The 2014 All-Europe Fixed-Income Research Team: Interest Rate Strategy (Tie), No. 2: Francis Yared & team and Fabio Bassi, Gianluca Salford & team

< The 2014 All-Europe Fixed-Income Research Team

Francis Yared & team
Deutsche Bank

First-place appearances: 2

Total appearances: 4

Team debut: 2011

Fabio Bassi, Gianluca Salford & team
J.P. Morgan

First-place appearances: 0

Total appearances: 4

Team debut: 2011

Deutsche Bank and J.P. Morgan tie for second place, advancing from No. 3 and runner-up, respectively. London-based Francis Yared pilots his seven-person Deutsche squad to its first second-place appearance. The researchers anticipate a normalization of core rates this year, propelled by growth in the euro area and a slowdown in the pace of fiscal tightening. Overall, they believe that the region will enjoy structural improvements as European markets grow increasingly domestic and the European Central Bank becomes more active and preemptive in implementing its policies. In light of expected tightening in European asset-backed-securities spreads, Yared and his colleagues expect senior tranches of U.K. nonconforming residential mortgage-backed securities and leveraged-loan collateralized loan obligations to be top performers in 2014. Finally, they also favor second-tier Spanish covered bonds, as well as Italian Treasury notes and bonds.
For its part, J.P. Morgan notches its best performance since the firm’s 2011 debut at No. 2, thanks in part to the analysts’ excellent “coverage and research on euro zone peripheral debt markets,” in the words of one client.

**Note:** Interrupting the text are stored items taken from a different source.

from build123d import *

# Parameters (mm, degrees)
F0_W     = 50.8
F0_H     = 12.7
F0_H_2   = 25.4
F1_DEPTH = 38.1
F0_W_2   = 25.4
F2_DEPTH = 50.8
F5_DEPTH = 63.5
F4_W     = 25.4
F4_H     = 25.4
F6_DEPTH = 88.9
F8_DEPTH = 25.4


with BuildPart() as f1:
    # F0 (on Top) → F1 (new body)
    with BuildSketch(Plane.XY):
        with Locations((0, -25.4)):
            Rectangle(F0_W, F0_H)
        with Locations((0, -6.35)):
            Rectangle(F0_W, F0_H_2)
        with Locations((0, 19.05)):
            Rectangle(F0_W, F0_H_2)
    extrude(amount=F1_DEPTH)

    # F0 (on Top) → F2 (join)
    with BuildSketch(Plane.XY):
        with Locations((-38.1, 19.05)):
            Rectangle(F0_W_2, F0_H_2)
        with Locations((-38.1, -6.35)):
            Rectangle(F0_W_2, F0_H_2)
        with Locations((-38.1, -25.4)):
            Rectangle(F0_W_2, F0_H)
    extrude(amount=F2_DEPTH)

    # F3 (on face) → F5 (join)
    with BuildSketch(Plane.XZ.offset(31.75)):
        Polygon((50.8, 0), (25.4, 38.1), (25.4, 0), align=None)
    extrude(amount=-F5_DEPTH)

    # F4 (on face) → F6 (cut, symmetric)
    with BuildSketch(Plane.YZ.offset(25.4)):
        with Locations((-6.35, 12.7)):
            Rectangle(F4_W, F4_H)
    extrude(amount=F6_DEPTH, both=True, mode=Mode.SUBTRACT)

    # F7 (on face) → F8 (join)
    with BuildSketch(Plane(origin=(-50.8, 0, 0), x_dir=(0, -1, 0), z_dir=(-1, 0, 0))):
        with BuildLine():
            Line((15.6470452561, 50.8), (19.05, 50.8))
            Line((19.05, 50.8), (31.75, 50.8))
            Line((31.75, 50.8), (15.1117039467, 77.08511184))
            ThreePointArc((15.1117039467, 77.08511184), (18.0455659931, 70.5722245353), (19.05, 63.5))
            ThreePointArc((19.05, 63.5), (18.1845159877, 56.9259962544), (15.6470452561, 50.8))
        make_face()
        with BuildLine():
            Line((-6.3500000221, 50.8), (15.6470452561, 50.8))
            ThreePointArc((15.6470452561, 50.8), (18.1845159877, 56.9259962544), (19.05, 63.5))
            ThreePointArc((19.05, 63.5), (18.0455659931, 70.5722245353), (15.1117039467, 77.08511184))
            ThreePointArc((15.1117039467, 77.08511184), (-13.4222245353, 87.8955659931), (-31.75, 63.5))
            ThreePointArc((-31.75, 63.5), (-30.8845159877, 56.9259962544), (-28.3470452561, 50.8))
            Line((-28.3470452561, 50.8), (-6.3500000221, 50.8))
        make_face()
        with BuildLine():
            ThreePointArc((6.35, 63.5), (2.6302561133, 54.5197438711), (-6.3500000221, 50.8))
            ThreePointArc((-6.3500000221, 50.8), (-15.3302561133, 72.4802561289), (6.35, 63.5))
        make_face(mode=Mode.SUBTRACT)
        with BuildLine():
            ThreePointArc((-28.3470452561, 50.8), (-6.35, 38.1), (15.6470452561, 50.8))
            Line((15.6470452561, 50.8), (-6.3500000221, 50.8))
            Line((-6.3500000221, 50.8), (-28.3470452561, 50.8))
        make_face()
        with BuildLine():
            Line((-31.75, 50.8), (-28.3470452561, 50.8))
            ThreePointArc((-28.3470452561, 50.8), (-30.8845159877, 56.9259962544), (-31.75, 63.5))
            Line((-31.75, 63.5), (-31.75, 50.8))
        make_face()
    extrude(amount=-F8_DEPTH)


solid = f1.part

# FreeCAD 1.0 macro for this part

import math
import FreeCAD as App
import Part
import Sketcher
Q = App.Units.Quantity


def add_polygon(sketch, points):
    """Adds a closed chain of lines whose ends are joined by coincident constraints."""
    first, n = sketch.GeometryCount, len(points)
    for a, b in zip(points, points[1:] + points[:1]):
        sketch.addGeometry(Part.LineSegment(App.Vector(*a, 0), App.Vector(*b, 0)), False)
    for i in range(n):
        sketch.addConstraint(Sketcher.Constraint("Coincident", first + i, 2, first + (i + 1) % n, 1))

doc = App.newDocument("Part")
params = doc.addObject("Spreadsheet::Sheet", "Params")
for row, (alias, value) in enumerate([
    ("sketch1_width", "2 in"),
    ("sketch1_height", "2.5 in"),
    ("pad1_length", "1.5 in"),
    ("sketch2_width", "1 in"),
    ("sketch2_height", "2.5 in"),
    ("pad2_length", "2 in"),
    ("sketch3_width", "1 in"),
    ("sketch3_height", "1.5 in"),
    ("pad3_length", "2.5 in"),
    ("sketch4_width", "1 in"),
    ("pocket1_length", "7 in"),
    ("sketch5_radius", "1 in"),
    ("sketch5_radius2", "0.5 in"),
    ("pad4_length", "1 in"),
], start=1):
    params.set(f"A{row}", alias)
    params.set(f"B{row}", "=" + value)
    params.setAlias(f"B{row}", alias)

body = doc.addObject("PartDesign::Body", "Body")

# Sketch on XY plane
sketch1 = body.newObject("Sketcher::SketchObject", "Sketch")
sketch1.AttachmentSupport = (doc.getObject("XY_Plane"), [""])
sketch1.MapMode = "FlatFace"
add_polygon(sketch1, [(-25.4, -31.75), (25.4, -31.75), (25.4, 31.75), (-25.4, 31.75)])  # lines 0-3
sketch1.addConstraint(Sketcher.Constraint("Horizontal", 0))
sketch1.addConstraint(Sketcher.Constraint("Vertical", 1))
sketch1.addConstraint(Sketcher.Constraint("Horizontal", 2))
sketch1.addConstraint(Sketcher.Constraint("Vertical", 3))
sketch1.addConstraint(Sketcher.Constraint("Symmetric", 0, 2, 2, 2, -1, 1))
sketch1.addConstraint(Sketcher.Constraint("DistanceX", 0, 1, 0, 2, Q("2 in")))
sketch1.addConstraint(Sketcher.Constraint("DistanceY", 1, 1, 1, 2, Q("2.5 in")))
sketch1.setExpression("Constraints[9]", "Params.sketch1_width")
sketch1.setExpression("Constraints[10]", "Params.sketch1_height")
pad1 = body.newObject("PartDesign::Pad", "Pad")
pad1.Profile = sketch1
pad1.setExpression("Length", "Params.pad1_length")

# Sketch on XY plane
sketch2 = body.newObject("Sketcher::SketchObject", "Sketch001")
sketch2.AttachmentSupport = (doc.getObject("XY_Plane"), [""])
sketch2.MapMode = "FlatFace"
add_polygon(sketch2, [(-50.8, 31.75), (-50.8, -31.75), (-25.4, -31.75), (-25.4, 31.75)])  # lines 0-3
sketch2.addConstraint(Sketcher.Constraint("Vertical", 0))
sketch2.addConstraint(Sketcher.Constraint("Horizontal", 1))
sketch2.addConstraint(Sketcher.Constraint("Vertical", 2))
sketch2.addConstraint(Sketcher.Constraint("Horizontal", 3))
sketch2.addConstraint(Sketcher.Constraint("DistanceX", 1, 1, 1, 2, Q("1 in")))
sketch2.addConstraint(Sketcher.Constraint("DistanceY", 0, 2, 0, 1, Q("2.5 in")))
sketch2.addConstraint(Sketcher.Constraint("DistanceX", 0, 2, -1, 1, Q("2 in")))
sketch2.addConstraint(Sketcher.Constraint("DistanceY", 0, 2, -1, 1, Q("1.25 in")))
sketch2.setExpression("Constraints[8]", "Params.sketch2_width")
sketch2.setExpression("Constraints[9]", "Params.sketch2_height")
pad2 = body.newObject("PartDesign::Pad", "Pad001")
pad2.Profile = sketch2
pad2.setExpression("Length", "Params.pad2_length")

# Sketch on XZ plane
sketch3 = body.newObject("Sketcher::SketchObject", "Sketch002")
sketch3.AttachmentSupport = (doc.getObject("XZ_Plane"), [""])
sketch3.MapMode = "FlatFace"
sketch3.AttachmentOffset = App.Placement(App.Vector(0, 0, 1.25 * 25.4), App.Rotation())
add_polygon(sketch3, [(50.8, 0), (25.4, 38.1), (25.4, 0)])  # lines 0-2
sketch3.addConstraint(Sketcher.Constraint("Vertical", 1))
sketch3.addConstraint(Sketcher.Constraint("Horizontal", 2))
sketch3.addConstraint(Sketcher.Constraint("PointOnObject", 1, 2, -1))
sketch3.addConstraint(Sketcher.Constraint("DistanceX", 2, 1, 2, 2, Q("1 in")))
sketch3.addConstraint(Sketcher.Constraint("DistanceY", 1, 2, 1, 1, Q("1.5 in")))
sketch3.addConstraint(Sketcher.Constraint("DistanceX", -1, 1, 0, 2, Q("1 in")))
sketch3.setExpression("Constraints[6]", "Params.sketch3_width")
sketch3.setExpression("Constraints[7]", "Params.sketch3_height")
pad3 = body.newObject("PartDesign::Pad", "Pad002")
pad3.Profile = sketch3
pad3.setExpression("Length", "Params.pad3_length")
pad3.Reversed = True

# Sketch on YZ plane
sketch4 = body.newObject("Sketcher::SketchObject", "Sketch003")
sketch4.AttachmentSupport = (doc.getObject("YZ_Plane"), [""])
sketch4.MapMode = "FlatFace"
sketch4.AttachmentOffset = App.Placement(App.Vector(0, 0, 1 * 25.4), App.Rotation())
add_polygon(sketch4, [(-19.05, 25.4), (-19.05, 0), (6.35, 0), (6.35, 25.4)])  # lines 0-3
sketch4.addConstraint(Sketcher.Constraint("Vertical", 0))
sketch4.addConstraint(Sketcher.Constraint("Horizontal", 1))
sketch4.addConstraint(Sketcher.Constraint("Vertical", 2))
sketch4.addConstraint(Sketcher.Constraint("Horizontal", 3))
sketch4.addConstraint(Sketcher.Constraint("PointOnObject", 0, 2, -1))
sketch4.addConstraint(Sketcher.Constraint("Equal", 3, 0))
sketch4.addConstraint(Sketcher.Constraint("DistanceX", 1, 1, 1, 2, Q("1 in")))
sketch4.addConstraint(Sketcher.Constraint("DistanceX", 0, 2, -1, 1, Q("0.75 in")))
sketch4.setExpression("Constraints[10]", "Params.sketch4_width")
pocket1 = body.newObject("PartDesign::Pocket", "Pocket")
pocket1.Profile = sketch4
pocket1.setExpression("Length", "Params.pocket1_length")
pocket1.Midplane = True

# Sketch on YZ plane
sketch5 = body.newObject("Sketcher::SketchObject", "Sketch004")
sketch5.AttachmentSupport = (doc.getObject("YZ_Plane"), [""])
sketch5.MapMode = "FlatFace"
sketch5.AttachmentOffset = App.Placement(App.Vector(0, 0, -2 * 25.4), App.Rotation())
sketch5.addGeometry(Part.ArcOfCircle(Part.Circle(App.Vector(6.35, 63.5, 0), App.Vector(0, 0, 1), 25.4), math.radians(-150), math.radians(-30)), False)
sketch5.addGeometry(Part.LineSegment(App.Vector(-15.647045, 50.8, 0), App.Vector(-31.75, 50.8, 0)), False)
sketch5.addGeometry(Part.LineSegment(App.Vector(-31.75, 50.8, 0), App.Vector(-15.111704, 77.085112, 0)), False)
sketch5.addGeometry(Part.ArcOfCircle(Part.Circle(App.Vector(6.35, 63.5, 0), App.Vector(0, 0, 1), 25.4), math.radians(0), math.radians(147.666469)), False)
sketch5.addGeometry(Part.LineSegment(App.Vector(31.75, 63.5, 0), App.Vector(31.75, 50.8, 0)), False)
sketch5.addGeometry(Part.LineSegment(App.Vector(31.75, 50.8, 0), App.Vector(28.347045, 50.8, 0)), False)
sketch5.addGeometry(Part.ArcOfCircle(Part.Circle(App.Vector(6.35, 63.5, 0), App.Vector(0, 0, 1), 12.7), math.radians(180), math.radians(270)), False)
sketch5.addGeometry(Part.ArcOfCircle(Part.Circle(App.Vector(6.35, 63.5, 0), App.Vector(0, 0, 1), 12.7), math.radians(-90), math.radians(180)), False)
sketch5.addConstraint(Sketcher.Constraint("Coincident", 0, 1, 1, 1))
sketch5.addConstraint(Sketcher.Constraint("Coincident", 1, 2, 2, 1))
sketch5.addConstraint(Sketcher.Constraint("Tangent", 2, 2, 3, 2))
sketch5.addConstraint(Sketcher.Constraint("Tangent", 3, 1, 4, 1))
sketch5.addConstraint(Sketcher.Constraint("Coincident", 4, 2, 5, 1))
sketch5.addConstraint(Sketcher.Constraint("Coincident", 5, 2, 0, 2))
sketch5.addConstraint(Sketcher.Constraint("Tangent", 6, 1, 7, 2))
sketch5.addConstraint(Sketcher.Constraint("Coincident", 7, 1, 6, 2))
sketch5.addConstraint(Sketcher.Constraint("Horizontal", 1))
sketch5.addConstraint(Sketcher.Constraint("Vertical", 4))
sketch5.addConstraint(Sketcher.Constraint("Horizontal", 5))
sketch5.addConstraint(Sketcher.Constraint("Coincident", 3, 3, 0, 3))
sketch5.addConstraint(Sketcher.Constraint("Coincident", 6, 3, 0, 3))
sketch5.addConstraint(Sketcher.Constraint("Equal", 0, 3))
sketch5.addConstraint(Sketcher.Constraint("Symmetric", 1, 2, 4, 2, -2))
sketch5.addConstraint(Sketcher.Constraint("Horizontal", 3, 1, 6, 1))
sketch5.addConstraint(Sketcher.Constraint("Horizontal", 5, 2, 7, 1))
sketch5.addConstraint(Sketcher.Constraint("Vertical", 6, 3, 7, 1))
sketch5.addConstraint(Sketcher.Constraint("Radius", 0, Q("1 in")))
sketch5.addConstraint(Sketcher.Constraint("Radius", 6, Q("0.5 in")))
sketch5.addConstraint(Sketcher.Constraint("DistanceY", -1, 1, 0, 1, Q("2 in")))
sketch5.addConstraint(Sketcher.Constraint("DistanceX", 1, 2, 0, 3, Q("1.5 in")))
sketch5.setExpression("Constraints[18]", "Params.sketch5_radius")
sketch5.setExpression("Constraints[19]", "Params.sketch5_radius2")
pad4 = body.newObject("PartDesign::Pad", "Pad003")
pad4.Profile = sketch5
pad4.setExpression("Length", "Params.pad4_length")

doc.recompute()
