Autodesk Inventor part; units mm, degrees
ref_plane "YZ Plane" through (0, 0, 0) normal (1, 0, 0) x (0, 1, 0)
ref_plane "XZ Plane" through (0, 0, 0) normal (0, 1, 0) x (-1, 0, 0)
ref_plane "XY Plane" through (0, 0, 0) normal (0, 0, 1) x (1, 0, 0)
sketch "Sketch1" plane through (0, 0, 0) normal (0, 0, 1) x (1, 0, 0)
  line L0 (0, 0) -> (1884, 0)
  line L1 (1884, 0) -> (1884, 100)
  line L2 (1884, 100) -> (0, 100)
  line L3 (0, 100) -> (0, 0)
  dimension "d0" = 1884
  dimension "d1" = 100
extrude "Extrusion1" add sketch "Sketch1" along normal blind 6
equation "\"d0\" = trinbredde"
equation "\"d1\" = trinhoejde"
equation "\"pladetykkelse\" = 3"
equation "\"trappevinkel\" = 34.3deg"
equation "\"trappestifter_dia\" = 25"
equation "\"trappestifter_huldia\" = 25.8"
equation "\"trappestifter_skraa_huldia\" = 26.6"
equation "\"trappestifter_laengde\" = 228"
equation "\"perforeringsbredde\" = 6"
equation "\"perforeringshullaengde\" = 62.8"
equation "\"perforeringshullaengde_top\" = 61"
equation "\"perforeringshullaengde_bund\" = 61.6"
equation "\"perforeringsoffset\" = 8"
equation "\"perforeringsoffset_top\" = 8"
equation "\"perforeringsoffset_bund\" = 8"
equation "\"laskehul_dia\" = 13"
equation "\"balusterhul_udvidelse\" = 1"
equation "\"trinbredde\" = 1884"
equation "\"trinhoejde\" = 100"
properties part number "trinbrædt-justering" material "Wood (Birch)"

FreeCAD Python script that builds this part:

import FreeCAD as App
import Part
import Sketcher

V = App.Vector
Q = App.Units.Quantity


def add_polygon(sketch, points):
    """Adds a closed chain of lines whose ends are joined by coincident constraints."""
    first, n = sketch.GeometryCount, len(points)
    for a, b in zip(points, points[1:] + points[:1]):
        sketch.addGeometry(Part.LineSegment(App.Vector(*a, 0), App.Vector(*b, 0)), False)
    for i in range(n):
        sketch.addConstraint(Sketcher.Constraint("Coincident", first + i, 2, first + (i + 1) % n, 1))

doc = App.newDocument("Part")
params = doc.addObject("Spreadsheet::Sheet", "Params")
for row, (alias, value) in enumerate([
    ("sketch1_width", "1884 mm"),
    ("sketch1_height", "100 mm"),
    ("pad1_length", "6 mm"),
], start=1):
    params.set(f"A{row}", alias)
    params.set(f"B{row}", "=" + value)
    params.setAlias(f"B{row}", alias)

body = doc.addObject("PartDesign::Body", "Body")

# Sketch on XY plane
sketch1 = doc.addObject("Sketcher::SketchObject", "Sketch")
body.addObject(sketch1)
sketch1.AttachmentSupport = (doc.XY_Plane, [""])
sketch1.MapMode = "FlatFace"
add_polygon(sketch1, [(0, 100), (0, 0), (1884, 0), (1884, 100)])  # lines 0-3
sketch1.addConstraint([
    Sketcher.Constraint("Vertical", 0),
    Sketcher.Constraint("Horizontal", 1),
    Sketcher.Constraint("Vertical", 2),
    Sketcher.Constraint("Horizontal", 3),
    Sketcher.Constraint("Coincident", 0, 2, -1, 1),
    Sketcher.Constraint("DistanceX", 1, 1, 1, 2, Q("1884 mm")),
    Sketcher.Constraint("DistanceY", 0, 2, 0, 1, Q("100 mm")),
])
sketch1.setExpression("Constraints[9]", "Params.sketch1_width")
sketch1.setExpression("Constraints[10]", "Params.sketch1_height")
pad1 = doc.addObject("PartDesign::Pad", "Pad")
body.addObject(pad1)
pad1.Profile = sketch1
pad1.setExpression("Length", "Params.pad1_length")

doc.recompute()
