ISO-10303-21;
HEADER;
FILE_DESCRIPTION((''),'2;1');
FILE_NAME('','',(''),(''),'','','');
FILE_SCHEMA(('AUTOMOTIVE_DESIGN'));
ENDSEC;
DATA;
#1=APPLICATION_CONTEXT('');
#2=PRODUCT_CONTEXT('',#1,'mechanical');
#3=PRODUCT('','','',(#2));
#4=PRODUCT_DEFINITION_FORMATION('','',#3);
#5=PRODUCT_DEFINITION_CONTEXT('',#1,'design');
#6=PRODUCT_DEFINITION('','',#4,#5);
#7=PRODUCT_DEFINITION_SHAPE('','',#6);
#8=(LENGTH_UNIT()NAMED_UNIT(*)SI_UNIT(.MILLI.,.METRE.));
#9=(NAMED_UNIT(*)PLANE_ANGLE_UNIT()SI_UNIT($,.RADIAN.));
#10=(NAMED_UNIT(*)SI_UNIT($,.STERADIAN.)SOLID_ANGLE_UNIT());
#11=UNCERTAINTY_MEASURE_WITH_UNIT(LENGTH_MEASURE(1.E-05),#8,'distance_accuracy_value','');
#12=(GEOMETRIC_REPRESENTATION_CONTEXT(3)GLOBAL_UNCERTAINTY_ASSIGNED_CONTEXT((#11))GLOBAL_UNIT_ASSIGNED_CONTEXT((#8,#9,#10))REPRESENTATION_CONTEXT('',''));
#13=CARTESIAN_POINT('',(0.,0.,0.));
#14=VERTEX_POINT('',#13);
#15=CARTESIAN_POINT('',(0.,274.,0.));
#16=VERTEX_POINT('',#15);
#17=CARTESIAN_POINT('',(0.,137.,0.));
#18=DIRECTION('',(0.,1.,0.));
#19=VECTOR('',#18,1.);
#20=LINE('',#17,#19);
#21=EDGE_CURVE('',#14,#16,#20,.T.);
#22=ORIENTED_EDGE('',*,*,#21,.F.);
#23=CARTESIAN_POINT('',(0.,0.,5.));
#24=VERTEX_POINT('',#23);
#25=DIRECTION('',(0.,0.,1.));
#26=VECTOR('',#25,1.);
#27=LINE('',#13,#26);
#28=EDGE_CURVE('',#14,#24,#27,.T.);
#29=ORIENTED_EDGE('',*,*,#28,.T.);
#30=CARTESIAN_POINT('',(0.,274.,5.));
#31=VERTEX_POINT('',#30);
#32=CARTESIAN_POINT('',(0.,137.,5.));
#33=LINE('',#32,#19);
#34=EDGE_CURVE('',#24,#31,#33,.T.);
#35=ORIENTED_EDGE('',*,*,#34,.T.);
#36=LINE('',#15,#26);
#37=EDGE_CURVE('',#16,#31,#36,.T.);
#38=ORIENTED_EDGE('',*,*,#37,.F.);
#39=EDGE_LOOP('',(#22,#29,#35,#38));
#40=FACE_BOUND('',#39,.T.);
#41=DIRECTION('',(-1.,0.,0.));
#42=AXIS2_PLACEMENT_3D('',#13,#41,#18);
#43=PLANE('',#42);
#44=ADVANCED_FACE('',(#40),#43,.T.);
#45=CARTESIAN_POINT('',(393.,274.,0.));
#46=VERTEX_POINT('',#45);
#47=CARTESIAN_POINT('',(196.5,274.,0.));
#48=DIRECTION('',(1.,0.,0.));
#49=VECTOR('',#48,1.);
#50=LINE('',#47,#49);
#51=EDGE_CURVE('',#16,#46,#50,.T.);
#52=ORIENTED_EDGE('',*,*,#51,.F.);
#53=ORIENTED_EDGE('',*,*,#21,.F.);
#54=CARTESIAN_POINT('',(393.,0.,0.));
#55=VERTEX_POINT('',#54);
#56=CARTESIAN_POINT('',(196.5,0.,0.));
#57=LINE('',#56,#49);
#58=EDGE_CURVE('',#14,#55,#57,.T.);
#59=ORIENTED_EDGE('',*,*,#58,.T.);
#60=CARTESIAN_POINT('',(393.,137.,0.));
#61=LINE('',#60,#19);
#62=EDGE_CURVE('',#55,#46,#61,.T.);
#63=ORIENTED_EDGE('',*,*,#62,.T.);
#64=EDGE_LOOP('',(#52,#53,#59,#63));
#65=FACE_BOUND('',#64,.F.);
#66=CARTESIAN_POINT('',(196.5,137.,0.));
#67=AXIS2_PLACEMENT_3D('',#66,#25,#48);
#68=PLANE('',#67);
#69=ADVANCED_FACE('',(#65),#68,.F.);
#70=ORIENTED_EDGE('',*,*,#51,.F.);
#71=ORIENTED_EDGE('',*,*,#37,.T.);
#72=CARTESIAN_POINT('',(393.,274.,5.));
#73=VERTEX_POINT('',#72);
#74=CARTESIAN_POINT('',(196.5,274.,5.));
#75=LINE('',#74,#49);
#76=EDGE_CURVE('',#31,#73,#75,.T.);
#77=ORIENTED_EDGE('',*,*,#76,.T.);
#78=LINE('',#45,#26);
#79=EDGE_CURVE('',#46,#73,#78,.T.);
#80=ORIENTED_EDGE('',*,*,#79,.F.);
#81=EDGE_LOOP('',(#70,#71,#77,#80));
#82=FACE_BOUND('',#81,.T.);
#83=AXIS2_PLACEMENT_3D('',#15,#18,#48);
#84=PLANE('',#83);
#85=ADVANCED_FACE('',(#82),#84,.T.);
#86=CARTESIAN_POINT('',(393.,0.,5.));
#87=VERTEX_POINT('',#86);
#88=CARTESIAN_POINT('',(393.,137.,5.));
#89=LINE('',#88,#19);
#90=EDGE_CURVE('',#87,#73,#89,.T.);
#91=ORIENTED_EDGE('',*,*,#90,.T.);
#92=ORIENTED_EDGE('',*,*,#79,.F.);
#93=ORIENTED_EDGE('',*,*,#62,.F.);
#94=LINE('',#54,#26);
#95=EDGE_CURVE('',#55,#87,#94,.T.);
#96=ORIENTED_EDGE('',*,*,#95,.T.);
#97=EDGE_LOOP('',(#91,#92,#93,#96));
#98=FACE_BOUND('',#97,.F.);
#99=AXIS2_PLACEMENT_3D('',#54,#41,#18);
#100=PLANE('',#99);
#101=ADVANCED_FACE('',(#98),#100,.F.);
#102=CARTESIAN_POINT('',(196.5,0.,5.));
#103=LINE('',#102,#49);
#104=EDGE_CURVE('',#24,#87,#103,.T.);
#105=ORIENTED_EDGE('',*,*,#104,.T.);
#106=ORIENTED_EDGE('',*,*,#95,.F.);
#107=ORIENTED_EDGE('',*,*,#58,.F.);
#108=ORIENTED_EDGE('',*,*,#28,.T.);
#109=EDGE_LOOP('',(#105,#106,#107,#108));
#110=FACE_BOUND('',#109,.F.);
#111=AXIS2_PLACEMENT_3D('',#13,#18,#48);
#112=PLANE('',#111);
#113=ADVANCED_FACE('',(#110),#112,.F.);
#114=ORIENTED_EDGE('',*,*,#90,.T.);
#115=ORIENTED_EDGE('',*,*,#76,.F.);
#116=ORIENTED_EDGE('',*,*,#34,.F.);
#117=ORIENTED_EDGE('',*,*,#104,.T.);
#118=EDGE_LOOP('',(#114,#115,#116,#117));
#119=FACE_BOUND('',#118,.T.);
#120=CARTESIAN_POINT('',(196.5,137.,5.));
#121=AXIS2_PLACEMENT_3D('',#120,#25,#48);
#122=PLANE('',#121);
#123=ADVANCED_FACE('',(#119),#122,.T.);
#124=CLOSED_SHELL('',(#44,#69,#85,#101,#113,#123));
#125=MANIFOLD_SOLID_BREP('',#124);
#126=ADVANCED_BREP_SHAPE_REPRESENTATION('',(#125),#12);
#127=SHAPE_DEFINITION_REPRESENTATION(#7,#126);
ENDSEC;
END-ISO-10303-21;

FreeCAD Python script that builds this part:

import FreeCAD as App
import Part
import Sketcher
from FreeCAD import Vector


def add_polygon(sketch, points):
    """Adds a closed chain of lines whose ends are joined by coincident constraints."""
    first, n = sketch.GeometryCount, len(points)
    for a, b in zip(points, points[1:] + points[:1]):
        sketch.addGeometry(Part.LineSegment(App.Vector(*a, 0), App.Vector(*b, 0)), False)
    for i in range(n):
        sketch.addConstraint(Sketcher.Constraint("Coincident", first + i, 2, first + (i + 1) % n, 1))

doc = App.newDocument("Part")
body = doc.addObject("PartDesign::Body", "Body")

# Sketch on XY plane
sketch1 = body.newObject("Sketcher::SketchObject", "Sketch")
sketch1.AttachmentSupport = (doc.getObject("XY_Plane"), [""])
sketch1.MapMode = "FlatFace"
add_polygon(sketch1, [(0, 274), (0, 0), (393, 0), (393, 274)])  # lines 0-3
sketch1.addConstraint(Sketcher.Constraint("Vertical", 0))
sketch1.addConstraint(Sketcher.Constraint("Horizontal", 1))
sketch1.addConstraint(Sketcher.Constraint("Vertical", 2))
sketch1.addConstraint(Sketcher.Constraint("Horizontal", 3))
sketch1.addConstraint(Sketcher.Constraint("Coincident", 0, 2, -1, 1))
sketch1.addConstraint(Sketcher.Constraint("DistanceX", 1, 1, 1, 2, 393.0))
sketch1.addConstraint(Sketcher.Constraint("DistanceY", 0, 2, 0, 1, 274.0))
pad1 = body.newObject("PartDesign::Pad", "Pad")
pad1.Profile = sketch1
pad1.Length = 5

doc.recompute()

Newcomers Fabio Bassi and Gianluca Salford took over leadership of the seven-strong team in London from Pavan Wadhwa, who joined BlackRock in September. “The most important themes in global rates in 2014 are going to be yield curve segmentation and cross-market divergence,” asserts Bassi. Noncore spreads will narrow this year, the strategists forecast, and central banks will remain committed to low rates, containing the front end of the yield curve while tapering at the long end. In anticipation of this steepening, they recommend going long in the near term and short at the tail.